Following on from here. I’ve thought about this a little and I agree that it can be a source for strengthening practice. It reminds me of the story of a monastery (perhaps Zen?) where there was a really obnoxious monk who went around upsetting the other monks. All of the monks in the monastery got together and complained to the abbot. No matter how much they complained, the abbot would not do anything about it. Eventually the abbot died and it was discovered that he actually employed this rogue ‘monk’ to intentionally try to propel the other monks into unwholesome mind-states by way of a test. Maybe that’s what is happening here?

Anyway, for me, I have enough dukkha to deal with without adding more (as the admittedly scant research seems to suggest). So I had two options.
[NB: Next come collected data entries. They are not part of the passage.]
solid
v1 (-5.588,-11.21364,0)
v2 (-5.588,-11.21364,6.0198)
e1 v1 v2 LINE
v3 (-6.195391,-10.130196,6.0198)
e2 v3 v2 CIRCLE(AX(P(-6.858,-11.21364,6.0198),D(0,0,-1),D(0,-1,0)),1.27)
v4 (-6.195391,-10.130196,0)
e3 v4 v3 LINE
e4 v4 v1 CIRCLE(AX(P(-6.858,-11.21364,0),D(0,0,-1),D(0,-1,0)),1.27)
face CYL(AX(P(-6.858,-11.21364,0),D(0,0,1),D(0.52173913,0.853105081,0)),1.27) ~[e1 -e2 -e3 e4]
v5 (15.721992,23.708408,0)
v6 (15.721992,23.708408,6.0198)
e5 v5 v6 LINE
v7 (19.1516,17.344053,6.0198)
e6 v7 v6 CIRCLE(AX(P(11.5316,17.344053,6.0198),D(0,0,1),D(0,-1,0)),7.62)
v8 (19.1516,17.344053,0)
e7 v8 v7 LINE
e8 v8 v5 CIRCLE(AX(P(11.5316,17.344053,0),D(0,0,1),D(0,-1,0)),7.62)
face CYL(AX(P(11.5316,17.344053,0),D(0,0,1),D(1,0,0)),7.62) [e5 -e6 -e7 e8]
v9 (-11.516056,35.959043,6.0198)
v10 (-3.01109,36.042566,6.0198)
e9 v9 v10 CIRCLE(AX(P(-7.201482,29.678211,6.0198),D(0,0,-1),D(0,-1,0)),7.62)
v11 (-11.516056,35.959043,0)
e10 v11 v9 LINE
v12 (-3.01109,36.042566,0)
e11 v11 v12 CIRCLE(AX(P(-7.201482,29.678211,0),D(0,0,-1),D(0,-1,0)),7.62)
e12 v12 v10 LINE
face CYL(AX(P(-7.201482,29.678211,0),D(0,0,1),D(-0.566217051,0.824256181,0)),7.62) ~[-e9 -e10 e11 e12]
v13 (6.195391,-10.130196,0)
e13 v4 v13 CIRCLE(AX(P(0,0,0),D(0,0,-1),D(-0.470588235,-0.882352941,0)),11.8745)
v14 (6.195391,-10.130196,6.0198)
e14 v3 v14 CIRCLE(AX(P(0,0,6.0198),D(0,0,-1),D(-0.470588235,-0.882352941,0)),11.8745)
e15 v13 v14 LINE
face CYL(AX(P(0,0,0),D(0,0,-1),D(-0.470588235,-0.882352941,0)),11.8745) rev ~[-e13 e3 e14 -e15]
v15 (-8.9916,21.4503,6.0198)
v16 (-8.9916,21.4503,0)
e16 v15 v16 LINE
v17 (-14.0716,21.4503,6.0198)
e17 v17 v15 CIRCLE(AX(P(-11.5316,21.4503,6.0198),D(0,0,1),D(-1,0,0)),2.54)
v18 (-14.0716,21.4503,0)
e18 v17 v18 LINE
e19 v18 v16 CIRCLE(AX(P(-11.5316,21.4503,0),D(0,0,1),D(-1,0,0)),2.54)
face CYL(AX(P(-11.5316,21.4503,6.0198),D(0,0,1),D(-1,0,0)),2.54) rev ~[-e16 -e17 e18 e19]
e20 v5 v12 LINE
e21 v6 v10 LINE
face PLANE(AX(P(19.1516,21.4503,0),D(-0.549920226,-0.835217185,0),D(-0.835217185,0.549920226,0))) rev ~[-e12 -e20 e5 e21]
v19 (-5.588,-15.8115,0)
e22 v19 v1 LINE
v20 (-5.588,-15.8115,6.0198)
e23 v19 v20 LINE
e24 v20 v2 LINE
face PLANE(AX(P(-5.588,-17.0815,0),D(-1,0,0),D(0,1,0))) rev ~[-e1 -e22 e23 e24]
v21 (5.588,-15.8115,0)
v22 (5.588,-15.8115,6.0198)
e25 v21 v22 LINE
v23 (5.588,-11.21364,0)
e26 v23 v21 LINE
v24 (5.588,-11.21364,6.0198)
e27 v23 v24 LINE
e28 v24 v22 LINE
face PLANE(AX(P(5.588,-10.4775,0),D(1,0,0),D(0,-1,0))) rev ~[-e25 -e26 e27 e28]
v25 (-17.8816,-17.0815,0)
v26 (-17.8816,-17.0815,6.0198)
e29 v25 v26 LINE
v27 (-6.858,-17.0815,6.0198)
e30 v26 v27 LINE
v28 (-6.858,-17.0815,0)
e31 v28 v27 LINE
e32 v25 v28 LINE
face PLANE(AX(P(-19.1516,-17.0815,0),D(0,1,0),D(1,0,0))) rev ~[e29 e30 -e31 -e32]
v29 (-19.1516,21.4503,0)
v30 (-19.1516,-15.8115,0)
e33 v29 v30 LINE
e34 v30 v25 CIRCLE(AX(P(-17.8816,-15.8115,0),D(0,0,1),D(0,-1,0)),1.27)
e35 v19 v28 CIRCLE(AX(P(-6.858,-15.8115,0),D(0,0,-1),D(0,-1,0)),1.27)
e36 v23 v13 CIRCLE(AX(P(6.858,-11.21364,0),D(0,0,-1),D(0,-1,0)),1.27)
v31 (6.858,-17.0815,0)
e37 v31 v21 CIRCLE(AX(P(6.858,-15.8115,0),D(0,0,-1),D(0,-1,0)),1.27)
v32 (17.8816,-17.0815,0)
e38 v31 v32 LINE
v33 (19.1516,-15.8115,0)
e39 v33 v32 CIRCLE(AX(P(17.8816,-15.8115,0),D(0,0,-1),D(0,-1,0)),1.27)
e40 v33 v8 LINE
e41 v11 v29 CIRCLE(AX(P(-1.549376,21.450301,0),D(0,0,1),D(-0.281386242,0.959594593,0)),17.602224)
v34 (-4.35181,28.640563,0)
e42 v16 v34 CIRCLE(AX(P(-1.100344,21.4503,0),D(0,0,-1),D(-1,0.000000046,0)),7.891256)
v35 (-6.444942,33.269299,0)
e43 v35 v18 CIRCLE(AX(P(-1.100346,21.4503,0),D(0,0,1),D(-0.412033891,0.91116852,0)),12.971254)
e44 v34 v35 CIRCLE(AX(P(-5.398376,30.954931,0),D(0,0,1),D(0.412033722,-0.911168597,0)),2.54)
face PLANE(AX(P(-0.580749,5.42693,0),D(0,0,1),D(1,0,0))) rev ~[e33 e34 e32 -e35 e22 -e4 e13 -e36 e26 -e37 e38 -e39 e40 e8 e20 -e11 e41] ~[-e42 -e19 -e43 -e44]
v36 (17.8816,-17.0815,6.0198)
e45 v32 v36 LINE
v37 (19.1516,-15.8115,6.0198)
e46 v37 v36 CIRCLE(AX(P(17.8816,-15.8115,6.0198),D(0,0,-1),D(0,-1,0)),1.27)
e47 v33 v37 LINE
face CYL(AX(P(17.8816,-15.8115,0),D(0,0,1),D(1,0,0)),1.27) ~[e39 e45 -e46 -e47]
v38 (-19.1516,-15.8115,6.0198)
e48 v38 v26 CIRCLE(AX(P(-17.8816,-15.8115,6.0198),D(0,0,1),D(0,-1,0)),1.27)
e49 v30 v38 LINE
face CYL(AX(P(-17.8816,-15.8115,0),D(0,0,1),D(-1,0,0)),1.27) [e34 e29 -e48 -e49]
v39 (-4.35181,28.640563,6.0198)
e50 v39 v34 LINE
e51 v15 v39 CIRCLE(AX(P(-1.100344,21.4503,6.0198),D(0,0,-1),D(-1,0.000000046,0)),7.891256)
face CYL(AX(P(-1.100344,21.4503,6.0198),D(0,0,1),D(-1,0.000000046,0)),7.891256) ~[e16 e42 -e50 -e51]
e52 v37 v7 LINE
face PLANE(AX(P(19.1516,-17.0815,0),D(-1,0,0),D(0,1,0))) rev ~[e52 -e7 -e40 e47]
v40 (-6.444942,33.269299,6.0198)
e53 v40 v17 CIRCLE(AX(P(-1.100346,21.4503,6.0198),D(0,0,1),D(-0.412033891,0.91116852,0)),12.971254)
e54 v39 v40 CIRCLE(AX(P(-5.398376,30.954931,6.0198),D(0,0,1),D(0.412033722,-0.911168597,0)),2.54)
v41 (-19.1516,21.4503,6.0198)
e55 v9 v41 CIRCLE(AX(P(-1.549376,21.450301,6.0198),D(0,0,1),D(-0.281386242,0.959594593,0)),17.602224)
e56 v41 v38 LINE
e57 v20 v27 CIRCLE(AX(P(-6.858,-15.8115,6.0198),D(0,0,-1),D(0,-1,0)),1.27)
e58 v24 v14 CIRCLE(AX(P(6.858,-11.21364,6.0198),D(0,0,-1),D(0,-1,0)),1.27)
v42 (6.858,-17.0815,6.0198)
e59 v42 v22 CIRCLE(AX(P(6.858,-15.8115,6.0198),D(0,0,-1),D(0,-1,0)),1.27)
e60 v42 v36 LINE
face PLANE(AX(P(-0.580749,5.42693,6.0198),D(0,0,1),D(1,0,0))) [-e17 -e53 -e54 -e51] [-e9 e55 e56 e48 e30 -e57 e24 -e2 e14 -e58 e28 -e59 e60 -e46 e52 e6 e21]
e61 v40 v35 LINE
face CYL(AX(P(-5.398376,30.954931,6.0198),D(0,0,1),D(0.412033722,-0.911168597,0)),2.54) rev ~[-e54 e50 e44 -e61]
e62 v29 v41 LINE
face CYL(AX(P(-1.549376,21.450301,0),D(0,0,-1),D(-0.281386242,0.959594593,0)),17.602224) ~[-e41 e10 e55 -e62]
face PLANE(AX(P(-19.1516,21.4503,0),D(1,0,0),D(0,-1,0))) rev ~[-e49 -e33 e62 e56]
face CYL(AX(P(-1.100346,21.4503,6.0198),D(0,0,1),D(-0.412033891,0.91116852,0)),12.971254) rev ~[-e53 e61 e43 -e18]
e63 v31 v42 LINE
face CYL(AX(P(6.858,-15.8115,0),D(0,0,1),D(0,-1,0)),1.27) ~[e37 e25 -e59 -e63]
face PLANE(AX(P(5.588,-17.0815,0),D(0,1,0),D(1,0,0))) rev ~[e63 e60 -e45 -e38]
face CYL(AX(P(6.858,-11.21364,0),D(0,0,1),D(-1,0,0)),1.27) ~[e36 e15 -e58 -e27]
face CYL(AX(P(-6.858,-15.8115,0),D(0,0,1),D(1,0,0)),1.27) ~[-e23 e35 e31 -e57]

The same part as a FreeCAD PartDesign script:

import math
import FreeCAD as App
import Part
import Sketcher
from FreeCAD import Vector
Q = App.Units.Quantity


def edges_at(feature, points):
    """Names of the edges that pass closest to the given points."""
    edges = feature.Shape.Edges
    near = lambda p: min(range(len(edges)), key=lambda i: edges[i].distToShape(Part.Vertex(*p))[0])
    return sorted({f"Edge{near(p) + 1}" for p in points})

doc = App.newDocument("Part")
body = doc.addObject("PartDesign::Body", "Body")

sketch1 = body.newObject("Sketcher::SketchObject", "Sketch")
sketch1.AttachmentSupport = (doc.getObject("XY_Plane"), [""])
sketch1.MapMode = "FlatFace"
sketch1.addGeometry([
    Part.ArcOfCircle(Part.Circle(Vector(0, 0, 0), Vector(0, 0, 1), 12), math.radians(-62), math.radians(242)),
    Part.LineSegment(Vector(6, -10, 0), Vector(6, -17, 0)),
    Part.LineSegment(Vector(6, -17, 0), Vector(19, -17, 0)),
    Part.LineSegment(Vector(19, -17, 0), Vector(19, 21, 0)),
    Part.LineSegment(Vector(19, 21, 0), Vector(-7, 38, 0)),
    Part.ArcOfCircle(Part.Circle(Vector(-2, 21, 0), Vector(0, 0, 1), 18), math.radians(106), math.radians(180)),
    Part.LineSegment(Vector(-19, 21, 0), Vector(-19, -17, 0)),
    Part.LineSegment(Vector(-19, -17, 0), Vector(-6, -17, 0)),
    Part.LineSegment(Vector(-6, -17, 0), Vector(-6, -10, 0)),
], False)
sketch1.addConstraint([
    Sketcher.Constraint("Coincident", 0, 1, 1, 1),
    Sketcher.Constraint("Coincident", 1, 2, 2, 1),
    Sketcher.Constraint("Coincident", 2, 2, 3, 1),
    Sketcher.Constraint("Coincident", 3, 2, 4, 1),
    Sketcher.Constraint("Coincident", 4, 2, 5, 1),
    Sketcher.Constraint("Tangent", 5, 2, 6, 1),
    Sketcher.Constraint("Coincident", 6, 2, 7, 1),
    Sketcher.Constraint("Coincident", 7, 2, 8, 1),
    Sketcher.Constraint("Coincident", 8, 2, 0, 2),
    Sketcher.Constraint("Vertical", 1),
    Sketcher.Constraint("Horizontal", 2),
    Sketcher.Constraint("Vertical", 3),
    Sketcher.Constraint("Vertical", 6),
    Sketcher.Constraint("Horizontal", 7),
    Sketcher.Constraint("Vertical", 8),
    Sketcher.Constraint("Coincident", 0, 3, -1, 1),
    Sketcher.Constraint("Symmetric", 3, 2, 5, 2, -2),
    Sketcher.Constraint("Symmetric", 1, 2, 7, 2, -2),
    Sketcher.Constraint("DistanceY", 1, 2, 1, 1, Q("0.26 in")),
    Sketcher.Constraint("Radius", 0, Q("0.4675 in")),
    Sketcher.Constraint("DistanceX", 2, 1, 2, 2, Q("0.534 in")),
    Sketcher.Constraint("DistanceY", 3, 1, 3, 2, Q("1.517 in")),
    Sketcher.Constraint("DistanceX", -1, 1, 0, 1, Q("0.22 in")),
    Sketcher.Constraint("DistanceX", 4, 2, 3, 2, Q("1.01 in")),
    Sketcher.Constraint("DistanceY", 5, 3, 4, 2, Q("0.6649999 in")),
])
pad1 = body.newObject("PartDesign::Pad", "Pad")
pad1.Profile = sketch1
pad1.Length = Q("0.237 in")

sketch2 = body.newObject("Sketcher::SketchObject", "Sketch001")
sketch2.AttachmentSupport = (doc.getObject("XY_Plane"), [""])
sketch2.MapMode = "FlatFace"
sketch2.AttachmentOffset = App.Placement(Vector(0, 0, 0.237 * 25.4), App.Rotation())
sketch2.addGeometry([
    Part.ArcOfCircle(Part.Circle(Vector(-1.1, 21.5, 0), Vector(0, 0, 1), 13), math.radians(114), math.radians(180)),
    Part.ArcOfCircle(Part.Circle(Vector(-11.5, 21.5, 0), Vector(0, 0, 1), 2.5), math.radians(180), math.radians(360)),
    Part.ArcOfCircle(Part.Circle(Vector(-1.1, 21.5, 0), Vector(0, 0, 1), 7.9), math.radians(114), math.radians(180)),
    Part.ArcOfCircle(Part.Circle(Vector(-5.4, 31, 0), Vector(0, 0, 1), 2.5), math.radians(-66), math.radians(114)),
], False)
sketch2.addConstraint([
    Sketcher.Constraint("Tangent", 0, 2, 1, 1),
    Sketcher.Constraint("Tangent", 1, 2, 2, 2),
    Sketcher.Constraint("Tangent", 2, 1, 3, 1),
    Sketcher.Constraint("Tangent", 3, 2, 0, 1),
    Sketcher.Constraint("Coincident", 2, 3, 0, 3),
    Sketcher.Constraint("Horizontal", 0, 3, 1, 3),
    Sketcher.Constraint("Radius", 1, Q("0.1 in")),
    Sketcher.Constraint("DistanceX", 1, 3, -1, 1, Q("0.454 in")),
    Sketcher.Constraint("DistanceY", -1, 1, 0, 3, Q("0.8445 in")),
    Sketcher.Constraint("Radius", 0, 12.971254),
    Sketcher.Constraint("DistanceY", -1, 1, 3, 2, 33.269299),
])
pocket1 = body.newObject("PartDesign::Pocket", "Pocket")
pocket1.Profile = sketch2
pocket1.Type = "ThroughAll"
doc.recompute()

fillet = body.newObject("PartDesign::Fillet", "Fillet")
fillet.Base = (pocket1, edges_at(pocket1, [(-6.502, 38.341, 3.01), (19.152, 21.45, 3.01)]))
fillet.Radius = Q("0.3 in")
doc.recompute()

fillet2 = body.newObject("PartDesign::Fillet", "Fillet001")
fillet2.Base = (fillet, edges_at(fillet, [
    (-19.152, -17.081, 3.01),
    (-5.588, -17.081, 3.01),
    (5.588, -17.081, 3.01),
    (19.152, -17.081, 3.01),
    (5.588, -10.477, 3.01),
    (-5.588, -10.477, 3.01),
]))
fillet2.Radius = Q("0.05 in")

doc.recompute()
Stop using DD or modify what I was seeing. So I’ve spent 5 minutes and written a little extension for chromium browsers (I currently use Brave) to hide the ‘like’ functionality from this site. I call it heart-block :wink: So now my interface is heartless :slight_smile: - No place to give a heart on posts, no counts of hearts, no list of users who have approved of my post.

I’ll see how I get on without the ‘likes’ functionality over the coming weeks. Will I miss the approval seeking? Will it devalue my DD experience. Will I be tempted to add the likes functionality back in? It’s just a switch. It should be a nice experiment.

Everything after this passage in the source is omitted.